ActivityPub for crates

Soni · 2018-07-13T17:10:43.071Z

One should be able to interact with crates, using ActivityPub. This means downloading, liking, boosting crate versions and following the crates themselves for updates.

The bio should be the crate description, versions should be posts, and yanked versions should be deleted posts.

This would also allow rust forks to automatically pull in crates from crates.io using federation.

drXor · 2018-07-13T19:12:06.072Z

Does this solve any outstanding workflow problems in crates.io? I’m hesitant for Rust to jump on the federation hype bubble, especially since I fail to see what problems it solves. The only problem I could imagine it solves is not having crates.io be the sole source of truth.

I personally like the fact that crates.io is maintained by an implicitly trusted party (the distributors of the compiler, which we all implicitly trust), and for situations in which this is unacceptable, you’d be hosting your own isolated crate registry anyways, which, for security purposes, should not be talking to crates.io since that would defeat the point. Frankly, I’d rather download crates off of crates.io than off of some rando’s instance, if given the choice.

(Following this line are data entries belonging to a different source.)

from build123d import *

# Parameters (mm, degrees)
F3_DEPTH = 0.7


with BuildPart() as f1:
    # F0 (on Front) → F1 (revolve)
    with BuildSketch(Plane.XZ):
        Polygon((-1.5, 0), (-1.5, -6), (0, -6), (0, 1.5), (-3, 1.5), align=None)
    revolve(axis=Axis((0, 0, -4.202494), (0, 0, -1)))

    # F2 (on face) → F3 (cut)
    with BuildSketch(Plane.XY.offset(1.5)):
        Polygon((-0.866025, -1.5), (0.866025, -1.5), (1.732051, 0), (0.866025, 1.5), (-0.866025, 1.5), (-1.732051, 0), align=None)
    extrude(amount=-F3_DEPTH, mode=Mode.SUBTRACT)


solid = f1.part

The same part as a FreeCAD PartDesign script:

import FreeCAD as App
import Part
import Sketcher

V = App.Vector
Q = App.Units.Quantity

doc = App.newDocument("Part")
body = doc.addObject("PartDesign::Body", "Body")

# Sketch on XZ plane
sketch1 = doc.addObject("Sketcher::SketchObject", "Sketch")
body.addObject(sketch1)
sketch1.AttachmentSupport = (doc.XZ_Plane, [""])
sketch1.MapMode = "FlatFace"
sketch1.addGeometry(Part.LineSegment(V(-1.5, 0, 0), V(-1.5, -6, 0)), False)
sketch1.addGeometry(Part.LineSegment(V(-1.5, -6, 0), V(0, -6, 0)), False)
sketch1.addGeometry(Part.LineSegment(V(0, -6, 0), V(0, 1.5, 0)), False)
sketch1.addGeometry(Part.LineSegment(V(0, 1.5, 0), V(-3, 1.5, 0)), False)
sketch1.addGeometry(Part.LineSegment(V(-3, 1.5, 0), V(-1.5, 0, 0)), False)
sketch1.addConstraint(Sketcher.Constraint("Coincident", 0, 2, 1, 1))
sketch1.addConstraint(Sketcher.Constraint("Coincident", 1, 2, 2, 1))
sketch1.addConstraint(Sketcher.Constraint("Coincident", 2, 2, 3, 1))
sketch1.addConstraint(Sketcher.Constraint("Coincident", 3, 2, 4, 1))
sketch1.addConstraint(Sketcher.Constraint("Coincident", 4, 2, 0, 1))
sketch1.addConstraint(Sketcher.Constraint("Vertical", 0))
sketch1.addConstraint(Sketcher.Constraint("Horizontal", 1))
sketch1.addConstraint(Sketcher.Constraint("Vertical", 2))
sketch1.addConstraint(Sketcher.Constraint("Horizontal", 3))
sketch1.addConstraint(Sketcher.Constraint("PointOnObject", 1, 2, -2))
sketch1.addConstraint(Sketcher.Constraint("PointOnObject", 4, 2, -1))
sketch1.addConstraint(Sketcher.Constraint("DistanceX", 3, 2, 3, 1, Q("3 mm")))
sketch1.addConstraint(Sketcher.Constraint("DistanceY", 0, 2, 0, 1, Q("6 mm")))
sketch1.addConstraint(Sketcher.Constraint("Angle", 4, Q("-45 deg")))
sketch1.addConstraint(Sketcher.Constraint("DistanceX", 1, 1, 1, 2, Q("1.5 mm")))
revolution = doc.addObject("PartDesign::Revolution", "Revolution")
body.addObject(revolution)
revolution.Profile = sketch1
revolution.ReferenceAxis = (sketch1, ["V_Axis"])
revolution.Angle = 360

# Sketch on XY plane
sketch2 = doc.addObject("Sketcher::SketchObject", "Sketch001")
body.addObject(sketch2)
sketch2.AttachmentSupport = (doc.XY_Plane, [""])
sketch2.MapMode = "FlatFace"
sketch2.AttachmentOffset = App.Placement(V(0, 0, 1.5), App.Rotation())
sketch2.addGeometry(Part.LineSegment(V(-0.866025, -1.5, 0), V(0.866025, -1.5, 0)), False)
sketch2.addGeometry(Part.LineSegment(V(0.866025, -1.5, 0), V(1.732051, 0, 0)), False)
sketch2.addGeometry(Part.LineSegment(V(1.732051, 0, 0), V(0.866025, 1.5, 0)), False)
sketch2.addGeometry(Part.LineSegment(V(0.866025, 1.5, 0), V(-0.866025, 1.5, 0)), False)
sketch2.addGeometry(Part.LineSegment(V(-0.866025, 1.5, 0), V(-1.732051, 0, 0)), False)
sketch2.addGeometry(Part.LineSegment(V(-1.732051, 0, 0), V(-0.866025, -1.5, 0)), False)
sketch2.addConstraint(Sketcher.Constraint("Coincident", 0, 2, 1, 1))
sketch2.addConstraint(Sketcher.Constraint("Coincident", 1, 2, 2, 1))
sketch2.addConstraint(Sketcher.Constraint("Coincident", 2, 2, 3, 1))
sketch2.addConstraint(Sketcher.Constraint("Coincident", 3, 2, 4, 1))
sketch2.addConstraint(Sketcher.Constraint("Coincident", 4, 2, 5, 1))
sketch2.addConstraint(Sketcher.Constraint("Coincident", 5, 2, 0, 1))
sketch2.addConstraint(Sketcher.Constraint("Horizontal", 0))
sketch2.addConstraint(Sketcher.Constraint("Horizontal", 3))
sketch2.addConstraint(Sketcher.Constraint("Symmetric", 0, 2, 3, 2, -1, 1))
sketch2.addConstraint(Sketcher.Constraint("Symmetric", 1, 2, 4, 2, -1, 1))
sketch2.addConstraint(Sketcher.Constraint("PointOnObject", 1, 2, -1))
sketch2.addConstraint(Sketcher.Constraint("Parallel", 2, 5))
sketch2.addConstraint(Sketcher.Constraint("Vertical", 0, 2, 2, 2))
sketch2.addConstraint(Sketcher.Constraint("Angle", 1, Q("59.999983 deg")))
sketch2.addConstraint(Sketcher.Constraint("DistanceY", 0, 2, 2, 2, Q("3 mm")))
sketch2.addConstraint(Sketcher.Constraint("DistanceX", 0, 1, 0, 2, Q("1.73205 mm")))
pocket1 = doc.addObject("PartDesign::Pocket", "Pocket")
body.addObject(pocket1)
pocket1.Profile = sketch2
pocket1.Length = 0.7

doc.recompute()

Mind, for similar reasons I am skeptical of federated services in general, but for something like software distribution, I find it especially difficult to see value in decentralization (outside of mirroring, of course). And again, I think that hype bubbles are not good indicators that a technology should be adopted, much less shoe-horned into a use-case that does not obviously benefit from it.

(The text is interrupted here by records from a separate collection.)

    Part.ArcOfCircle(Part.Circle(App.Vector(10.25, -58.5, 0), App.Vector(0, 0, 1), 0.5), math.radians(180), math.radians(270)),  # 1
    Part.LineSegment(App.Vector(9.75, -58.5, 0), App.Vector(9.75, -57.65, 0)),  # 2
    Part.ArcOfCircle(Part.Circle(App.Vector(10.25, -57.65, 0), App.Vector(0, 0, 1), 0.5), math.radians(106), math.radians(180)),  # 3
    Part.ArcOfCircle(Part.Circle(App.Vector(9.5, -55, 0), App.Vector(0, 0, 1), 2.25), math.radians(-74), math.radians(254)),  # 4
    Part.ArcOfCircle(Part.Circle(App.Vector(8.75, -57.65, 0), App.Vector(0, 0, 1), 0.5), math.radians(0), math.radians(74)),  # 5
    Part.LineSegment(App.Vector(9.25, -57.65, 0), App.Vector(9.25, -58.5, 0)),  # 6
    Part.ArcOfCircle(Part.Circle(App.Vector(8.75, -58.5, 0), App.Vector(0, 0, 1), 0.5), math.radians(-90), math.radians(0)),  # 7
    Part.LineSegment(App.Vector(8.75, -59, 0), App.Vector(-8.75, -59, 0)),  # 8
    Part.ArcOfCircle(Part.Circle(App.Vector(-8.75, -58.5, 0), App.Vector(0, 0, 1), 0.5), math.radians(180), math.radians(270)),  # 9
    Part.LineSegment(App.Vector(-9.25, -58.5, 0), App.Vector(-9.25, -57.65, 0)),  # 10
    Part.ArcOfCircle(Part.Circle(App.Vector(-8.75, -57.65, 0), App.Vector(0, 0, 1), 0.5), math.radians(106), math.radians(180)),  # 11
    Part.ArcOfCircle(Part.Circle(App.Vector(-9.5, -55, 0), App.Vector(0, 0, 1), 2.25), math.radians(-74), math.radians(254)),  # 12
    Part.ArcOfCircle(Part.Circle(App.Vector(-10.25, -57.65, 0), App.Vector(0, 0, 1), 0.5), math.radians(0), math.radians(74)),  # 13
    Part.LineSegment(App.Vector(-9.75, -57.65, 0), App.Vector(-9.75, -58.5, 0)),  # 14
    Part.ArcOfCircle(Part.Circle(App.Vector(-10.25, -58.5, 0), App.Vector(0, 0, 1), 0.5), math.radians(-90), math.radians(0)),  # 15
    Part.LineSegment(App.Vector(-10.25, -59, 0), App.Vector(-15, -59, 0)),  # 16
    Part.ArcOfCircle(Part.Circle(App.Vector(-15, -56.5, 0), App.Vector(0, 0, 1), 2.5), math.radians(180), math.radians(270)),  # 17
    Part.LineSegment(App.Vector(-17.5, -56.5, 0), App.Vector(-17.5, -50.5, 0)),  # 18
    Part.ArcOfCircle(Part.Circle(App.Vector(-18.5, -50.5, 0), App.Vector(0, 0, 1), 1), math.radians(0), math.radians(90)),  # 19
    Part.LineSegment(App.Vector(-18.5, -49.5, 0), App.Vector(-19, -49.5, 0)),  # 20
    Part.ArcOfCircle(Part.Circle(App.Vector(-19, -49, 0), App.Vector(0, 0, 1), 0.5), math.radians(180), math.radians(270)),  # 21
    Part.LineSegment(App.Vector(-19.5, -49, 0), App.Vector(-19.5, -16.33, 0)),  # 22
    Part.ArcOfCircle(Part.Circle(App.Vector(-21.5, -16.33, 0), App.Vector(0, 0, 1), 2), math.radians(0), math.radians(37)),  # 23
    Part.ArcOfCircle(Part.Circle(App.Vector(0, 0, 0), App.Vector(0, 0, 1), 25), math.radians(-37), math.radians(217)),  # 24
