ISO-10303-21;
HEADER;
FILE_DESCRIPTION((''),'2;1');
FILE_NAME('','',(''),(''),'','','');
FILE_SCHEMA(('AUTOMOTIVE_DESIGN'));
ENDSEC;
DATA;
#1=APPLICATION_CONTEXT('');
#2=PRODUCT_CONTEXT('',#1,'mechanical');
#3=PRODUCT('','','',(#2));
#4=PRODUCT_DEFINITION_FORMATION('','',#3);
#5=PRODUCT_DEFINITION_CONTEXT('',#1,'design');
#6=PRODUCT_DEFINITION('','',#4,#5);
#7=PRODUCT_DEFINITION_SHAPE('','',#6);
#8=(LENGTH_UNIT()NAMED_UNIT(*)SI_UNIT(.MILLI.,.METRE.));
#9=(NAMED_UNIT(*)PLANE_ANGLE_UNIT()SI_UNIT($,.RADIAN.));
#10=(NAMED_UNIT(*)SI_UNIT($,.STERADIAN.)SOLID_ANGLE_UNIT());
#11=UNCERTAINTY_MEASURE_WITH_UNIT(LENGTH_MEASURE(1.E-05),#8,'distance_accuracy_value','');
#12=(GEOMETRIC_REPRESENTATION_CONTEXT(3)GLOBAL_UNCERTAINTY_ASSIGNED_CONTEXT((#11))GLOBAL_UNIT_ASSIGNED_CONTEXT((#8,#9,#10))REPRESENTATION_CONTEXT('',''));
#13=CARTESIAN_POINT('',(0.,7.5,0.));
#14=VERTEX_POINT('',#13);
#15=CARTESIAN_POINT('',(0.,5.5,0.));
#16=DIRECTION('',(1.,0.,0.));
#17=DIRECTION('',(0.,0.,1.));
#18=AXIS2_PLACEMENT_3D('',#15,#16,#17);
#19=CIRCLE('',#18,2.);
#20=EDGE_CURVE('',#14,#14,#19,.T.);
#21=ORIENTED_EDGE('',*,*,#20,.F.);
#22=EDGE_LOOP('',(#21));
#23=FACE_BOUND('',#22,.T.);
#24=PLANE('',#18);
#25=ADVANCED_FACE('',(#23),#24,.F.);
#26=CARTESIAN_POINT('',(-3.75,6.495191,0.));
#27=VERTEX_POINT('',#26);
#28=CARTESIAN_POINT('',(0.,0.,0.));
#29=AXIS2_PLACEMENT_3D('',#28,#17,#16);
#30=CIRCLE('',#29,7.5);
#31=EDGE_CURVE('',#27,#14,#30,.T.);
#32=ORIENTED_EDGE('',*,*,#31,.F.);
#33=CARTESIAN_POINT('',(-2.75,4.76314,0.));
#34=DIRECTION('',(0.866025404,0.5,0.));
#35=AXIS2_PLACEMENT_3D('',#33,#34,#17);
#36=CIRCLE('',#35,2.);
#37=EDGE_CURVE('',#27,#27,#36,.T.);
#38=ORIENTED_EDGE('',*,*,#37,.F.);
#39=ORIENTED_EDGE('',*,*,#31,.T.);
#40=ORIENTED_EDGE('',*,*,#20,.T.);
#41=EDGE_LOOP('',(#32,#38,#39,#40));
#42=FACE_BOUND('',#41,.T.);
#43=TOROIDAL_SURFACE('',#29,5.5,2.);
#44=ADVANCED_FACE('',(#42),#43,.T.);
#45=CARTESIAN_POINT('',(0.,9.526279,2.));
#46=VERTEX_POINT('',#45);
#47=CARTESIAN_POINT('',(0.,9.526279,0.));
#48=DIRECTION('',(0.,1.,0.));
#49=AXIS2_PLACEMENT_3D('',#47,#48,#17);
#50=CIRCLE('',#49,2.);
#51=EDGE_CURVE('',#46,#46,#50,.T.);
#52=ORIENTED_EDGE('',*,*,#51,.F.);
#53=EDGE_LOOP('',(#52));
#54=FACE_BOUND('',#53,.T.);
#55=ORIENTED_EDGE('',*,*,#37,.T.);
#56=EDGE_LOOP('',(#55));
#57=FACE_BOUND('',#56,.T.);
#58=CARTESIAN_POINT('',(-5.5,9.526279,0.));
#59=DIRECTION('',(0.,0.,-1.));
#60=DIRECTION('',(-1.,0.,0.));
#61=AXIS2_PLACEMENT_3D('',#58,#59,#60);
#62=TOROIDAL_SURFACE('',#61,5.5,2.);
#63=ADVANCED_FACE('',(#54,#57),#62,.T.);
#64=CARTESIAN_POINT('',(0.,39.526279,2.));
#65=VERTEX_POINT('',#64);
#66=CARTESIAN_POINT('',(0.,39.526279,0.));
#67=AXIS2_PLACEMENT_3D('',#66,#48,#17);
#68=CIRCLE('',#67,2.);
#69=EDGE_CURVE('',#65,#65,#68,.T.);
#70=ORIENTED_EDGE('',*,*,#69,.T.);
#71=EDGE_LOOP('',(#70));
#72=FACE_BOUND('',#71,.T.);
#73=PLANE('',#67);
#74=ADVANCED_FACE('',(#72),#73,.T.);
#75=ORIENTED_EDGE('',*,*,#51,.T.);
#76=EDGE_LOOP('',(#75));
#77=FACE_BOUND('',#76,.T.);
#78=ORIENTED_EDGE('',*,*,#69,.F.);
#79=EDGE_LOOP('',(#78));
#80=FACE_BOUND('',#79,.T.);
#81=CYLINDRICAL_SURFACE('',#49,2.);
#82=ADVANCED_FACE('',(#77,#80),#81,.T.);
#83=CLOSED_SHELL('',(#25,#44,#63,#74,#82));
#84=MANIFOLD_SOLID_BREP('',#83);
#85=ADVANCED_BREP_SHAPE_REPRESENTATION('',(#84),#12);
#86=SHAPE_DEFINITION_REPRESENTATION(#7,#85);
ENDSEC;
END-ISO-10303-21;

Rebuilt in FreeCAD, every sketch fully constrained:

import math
import FreeCAD as App
import Part
import Sketcher
Q = App.Units.Quantity

doc = App.newDocument("Part")
body = doc.addObject("PartDesign::Body", "Body")

# Sketch on XZ plane
sketch1 = doc.addObject("Sketcher::SketchObject", "Sketch")
body.addObject(sketch1)
sketch1.AttachmentSupport = (doc.XZ_Plane, [""])
sketch1.MapMode = "FlatFace"
sketch1.AttachmentOffset = App.Placement(App.Vector(0, 0, -39.526279), App.Rotation())
sketch1.addGeometry(Part.Circle(App.Vector(0, 0, 0), App.Vector(0, 0, 1), 2), False)
sketch1.addConstraint([
    Sketcher.Constraint("Coincident", 0, 3, -1, 1),
    Sketcher.Constraint("Diameter", 0, Q("4 mm")),
])

# Sketch on XY plane
sketch2 = doc.addObject("Sketcher::SketchObject", "Sketch001")
body.addObject(sketch2)
sketch2.AttachmentSupport = (doc.XY_Plane, [""])
sketch2.MapMode = "FlatFace"
sketch2.addGeometry([
    Part.LineSegment(App.Vector(0, 39.5, 0), App.Vector(0, 9.5, 0)),
    Part.ArcOfCircle(Part.Circle(App.Vector(-5.5, 9.5, 0), App.Vector(0, 0, 1), 5.5), math.radians(-60), math.radians(0)),
    Part.ArcOfCircle(Part.Circle(App.Vector(0, 0, 0), App.Vector(0, 0, 1), 5.5), math.radians(120), math.radians(450)),
], False)
sketch2.addConstraint([
    Sketcher.Constraint("Tangent", 0, 2, 1, 2),
    Sketcher.Constraint("Tangent", 1, 1, 2, 1),
    Sketcher.Constraint("Vertical", 0),
    Sketcher.Constraint("Coincident", 2, 3, -1, 1),
    Sketcher.Constraint("Equal", 1, 2),
    Sketcher.Constraint("PointOnObject", 0, 1, -2),
    Sketcher.Constraint("PointOnObject", 2, 2, -2),
    Sketcher.Constraint("Radius", 1, Q("5.5 mm")),
    Sketcher.Constraint("DistanceY", 0, 2, 0, 1, Q("30 mm")),
])
doc.recompute()

additivepipe = doc.addObject("PartDesign::AdditivePipe", "AdditivePipe")
body.addObject(additivepipe)
additivepipe.Profile = sketch1
additivepipe.Spine = (sketch2, ["Edge1", "Edge2", "Edge3"])

doc.recompute()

Soni · 2018-07-13T21:02:44.002Z

it’s so I can fork crates.io and still be able to use things from it. crates.io doesn’t need to accept ActivityPub from other places. think of it like RSS feeds, but interactive.

drXor · 2018-07-13T22:13:26.167Z

I really don’t understand why you would want to do that. If you need your own crate registry, you’re at the point where relying on crates.io is a bad idea.

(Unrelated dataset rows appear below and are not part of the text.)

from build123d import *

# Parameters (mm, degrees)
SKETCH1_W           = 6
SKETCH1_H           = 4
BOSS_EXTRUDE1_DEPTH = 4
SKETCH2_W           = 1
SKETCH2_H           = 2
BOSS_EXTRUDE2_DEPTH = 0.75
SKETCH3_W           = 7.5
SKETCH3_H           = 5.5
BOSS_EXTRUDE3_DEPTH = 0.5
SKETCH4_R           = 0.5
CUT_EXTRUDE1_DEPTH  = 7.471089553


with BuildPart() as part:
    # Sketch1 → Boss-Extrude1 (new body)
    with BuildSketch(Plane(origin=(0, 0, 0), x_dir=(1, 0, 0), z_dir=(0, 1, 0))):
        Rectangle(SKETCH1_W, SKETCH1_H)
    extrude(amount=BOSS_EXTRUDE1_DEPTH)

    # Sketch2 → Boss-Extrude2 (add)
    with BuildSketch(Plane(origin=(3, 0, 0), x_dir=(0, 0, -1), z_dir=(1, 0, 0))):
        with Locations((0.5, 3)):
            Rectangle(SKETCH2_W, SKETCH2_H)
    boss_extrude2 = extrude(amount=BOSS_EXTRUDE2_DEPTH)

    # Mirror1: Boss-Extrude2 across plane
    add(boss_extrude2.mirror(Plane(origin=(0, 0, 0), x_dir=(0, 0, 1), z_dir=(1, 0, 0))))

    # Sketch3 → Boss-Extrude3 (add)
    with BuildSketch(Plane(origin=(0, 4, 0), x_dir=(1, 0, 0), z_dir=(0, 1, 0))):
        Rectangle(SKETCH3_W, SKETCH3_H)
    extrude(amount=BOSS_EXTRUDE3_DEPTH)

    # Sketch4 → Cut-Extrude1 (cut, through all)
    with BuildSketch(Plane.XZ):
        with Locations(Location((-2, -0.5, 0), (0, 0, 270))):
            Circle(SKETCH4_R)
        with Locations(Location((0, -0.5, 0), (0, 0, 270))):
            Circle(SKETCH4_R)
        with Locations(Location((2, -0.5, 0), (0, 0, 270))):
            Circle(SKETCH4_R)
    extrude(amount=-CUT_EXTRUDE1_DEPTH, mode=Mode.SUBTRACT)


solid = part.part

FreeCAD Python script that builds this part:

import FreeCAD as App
import Part
import Sketcher
Q = App.Units.Quantity


def add_polygon(sketch, points):
    """Adds a closed chain of lines whose ends are joined by coincident constraints."""
    first, n = sketch.GeometryCount, len(points)
    for a, b in zip(points, points[1:] + points[:1]):
        sketch.addGeometry(Part.LineSegment(App.Vector(*a, 0), App.Vector(*b, 0)), False)
    for i in range(n):
        sketch.addConstraint(Sketcher.Constraint("Coincident", first + i, 2, first + (i + 1) % n, 1))

doc = App.newDocument("Part")
params = doc.addObject("Spreadsheet::Sheet", "Params")
for row, (alias, value) in enumerate([
    ("sketch1_width", "6 mm"),
    ("sketch1_height", "4 mm"),
    ("pad1_length", "4 mm"),
    ("sketch2_width", "2 mm"),
    ("sketch2_height", "1 mm"),
    ("pad2_length", "0.75 mm"),
    ("sketch3_width", "7.5 mm"),
    ("sketch3_height", "5.5 mm"),
    ("pad3_length", "0.5 mm"),
    ("sketch4_diameter", "1 mm"),
], start=1):
    params.set(f"A{row}", alias)
    params.set(f"B{row}", "=" + value)
    params.setAlias(f"B{row}", alias)

body = doc.addObject("PartDesign::Body", "Body")

sketch1 = doc.addObject("Sketcher::SketchObject", "Sketch")
body.addObject(sketch1)
sketch1.AttachmentSupport = (doc.XZ_Plane, [""])
sketch1.MapMode = "FlatFace"
add_polygon(sketch1, [(-3, -2), (-3, 2), (3, 2), (3, -2)])
sketch1.addConstraint(Sketcher.Constraint("Vertical", 0))
sketch1.addConstraint(Sketcher.Constraint("Horizontal", 1))
sketch1.addConstraint(Sketcher.Constraint("Vertical", 2))
sketch1.addConstraint(Sketcher.Constraint("Horizontal", 3))
sketch1.addConstraint(Sketcher.Constraint("Symmetric", 0, 2, 2, 2, -1, 1))
sketch1.addConstraint(Sketcher.Constraint("DistanceX", 1, 1, 1, 2, Q("6 mm")))
sketch1.addConstraint(Sketcher.Constraint("DistanceY", 0, 1, 0, 2, Q("4 mm")))
sketch1.setExpression("Constraints[9]", "Params.sketch1_width")
sketch1.setExpression("Constraints[10]", "Params.sketch1_height")
pad1 = doc.addObject("PartDesign::Pad", "Pad")
body.addObject(pad1)
pad1.Profile = sketch1
pad1.setExpression("Length", "Params.pad1_length")
pad1.Reversed = True

sketch2 = doc.addObject("Sketcher::SketchObject", "Sketch001")
body.addObject(sketch2)
sketch2.AttachmentSupport = (doc.YZ_Plane, [""])
sketch2.MapMode = "FlatFace"
sketch2.AttachmentOffset = App.Placement(App.Vector(0, 0, 3), App.Rotation())
add_polygon(sketch2, [(4, 0), (2, 0), (2, -1), (4, -1)])
sketch2.addConstraint(Sketcher.Constraint("Horizontal", 0))
sketch2.addConstraint(Sketcher.Constraint("Vertical", 1))
sketch2.addConstraint(Sketcher.Constraint("Horizontal", 2))
sketch2.addConstraint(Sketcher.Constraint("Vertical", 3))
sketch2.addConstraint(Sketcher.Constraint("PointOnObject", 0, 2, -1))
sketch2.addConstraint(Sketcher.Constraint("DistanceX", 0, 2, 0, 1, Q("2 mm")))
sketch2.addConstraint(Sketcher.Constraint("DistanceY", 1, 2, 1, 1, Q("1 mm")))
sketch2.addConstraint(Sketcher.Constraint("DistanceX", -1, 1, 0, 2, Q("2 mm")))
sketch2.setExpression("Constraints[9]", "Params.sketch2_width")
sketch2.setExpression("Constraints[10]", "Params.sketch2_height")
pad2 = doc.addObject("PartDesign::Pad", "Pad001")
body.addObject(pad2)
pad2.Profile = sketch2
pad2.setExpression("Length", "Params.pad2_length")
doc.recompute()

mirrored = doc.addObject("PartDesign::Mirrored", "Mirrored")
body.addObject(mirrored)
mirrored.Originals = [pad2]
mirrored.MirrorPlane = (doc.YZ_Plane, [""])
body.Tip = mirrored

sketch3 = doc.addObject("Sketcher::SketchObject", "Sketch002")
body.addObject(sketch3)
sketch3.AttachmentSupport = (doc.XZ_Plane, [""])
sketch3.MapMode = "FlatFace"
sketch3.AttachmentOffset = App.Placement(App.Vector(0, 0, -4), App.Rotation())
add_polygon(sketch3, [(-4, -3), (-4, 3), (4, 3), (4, -3)])
sketch3.addConstraint(Sketcher.Constraint("Vertical", 0))
sketch3.addConstraint(Sketcher.Constraint("Horizontal", 1))
sketch3.addConstraint(Sketcher.Constraint("Vertical", 2))
sketch3.addConstraint(Sketcher.Constraint("Horizontal", 3))
sketch3.addConstraint(Sketcher.Constraint("Symmetric", 0, 2, 2, 2, -1, 1))
sketch3.addConstraint(Sketcher.Constraint("DistanceX", 1, 1, 1, 2, Q("7.5 mm")))
sketch3.addConstraint(Sketcher.Constraint("DistanceY", 0, 1, 0, 2, Q("5.5 mm")))
sketch3.setExpression("Constraints[9]", "Params.sketch3_width")
sketch3.setExpression("Constraints[10]", "Params.sketch3_height")
pad3 = doc.addObject("PartDesign::Pad", "Pad002")
body.addObject(pad3)
pad3.Profile = sketch3
pad3.setExpression("Length", "Params.pad3_length")
pad3.Reversed = True

sketch4 = doc.addObject("Sketcher::SketchObject", "Sketch003")
body.addObject(sketch4)
sketch4.AttachmentSupport = (doc.XZ_Plane, [""])
sketch4.MapMode = "FlatFace"
sketch4.addGeometry(Part.Circle(App.Vector(-2, -0.5, 0), App.Vector(0, 0, 1), 0.5), False)
sketch4.addGeometry(Part.Circle(App.Vector(0, -0.5, 0), App.Vector(0, 0, 1), 0.5), False)
sketch4.addGeometry(Part.Circle(App.Vector(2, -0.5, 0), App.Vector(0, 0, 1), 0.5), False)
sketch4.addConstraint(Sketcher.Constraint("Equal", 0, 1))
sketch4.addConstraint(Sketcher.Constraint("Equal", 1, 2))
sketch4.addConstraint(Sketcher.Constraint("Symmetric", 0, 3, 2, 3, -2))
sketch4.addConstraint(Sketcher.Constraint("PointOnObject", 1, 3, -2))
sketch4.addConstraint(Sketcher.Constraint("Horizontal", 0, 3, 1, 3))
sketch4.addConstraint(Sketcher.Constraint("Diameter", 0, Q("1 mm")))
sketch4.addConstraint(Sketcher.Constraint("DistanceX", 0, 3, -1, 1, Q("2 mm")))
sketch4.addConstraint(Sketcher.Constraint("DistanceY", 0, 3, -1, 1, Q("0.5 mm")))
sketch4.setExpression("Constraints[5]", "Params.sketch4_diameter")
pocket1 = doc.addObject("PartDesign::Pocket", "Pocket")
body.addObject(pocket1)
pocket1.Profile = sketch4
pocket1.Type = "ThroughAll"

doc.recompute()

Think of it this way: you’re running an in-house registry that your Cargo.toml or BUILD or whatever files are set to point to, because you don’t want to run a monoworkspace (pretty reasonable if you’re at scale). Then you certainly should not be talking to an outside registry directly, when your own registry should be replicating the bits of crates.io that you care about.

If what you want is for your private registry to update automatically… I also think that’s a bad idea, because it’s about as bad as putting some-crate = "*" in your Cargo.toml, which is a terrible idea.

steveklabnik · 2018-07-14T01:40:38.000Z

There has been some discussion of a stream API, that would let you mirror the registry. Nobody has had the time to implement it yet, though.

Soni · 2018-07-14T12:04:58.523Z

I want to follow crates I care about from my mastodon account, and I want to fork rust in a way that is backwards-compatible with all existing crates.

That is all. It’s that simple. I just want the ability to interact with crates on social networks and a backwards-compatible fork that can be installed as rust, system-wide, without affecting anyone’s workflow.

ActivityPub would be mainly for the former because I can technically have my cargo fork pull from crates.io as a fallback to my own crate repository, and then that would just work.

repax · 2018-07-14T20:20:51.239Z

Another alternative could be some kind of Discourse integration for crates.io, and perhaps even for docs.rs?

An example of this is the discussion section for each entry in the php API reference manual. (example)

This could facilitate community participation, and sharing of tips and advice on how to use the crates.

kornel · 2018-07-14T23:48:14.204Z

That could be a nice addition to crates.rs. Would you like to give it a try?

GitLab

crates.rs / Crates.rs 🔰 main project

START HERE. This is the top-level project for crates.rs that connects all the repositories together.

Currently the pages are static, but it has a database of crates, so it should be easy to add a feed and an API. “Starring” of crates via ostatus protocol sounds cool.

Soni · 2018-07-15T00:42:51.708Z

ActivityPub, not ostatus. ostatus is kinda weird, not very good. even GNU social supports ActivityPub nowadays.

system · 2019-03-25T08:30:30.452Z

This topic was automatically closed 90 days after the last reply. New replies are no longer allowed.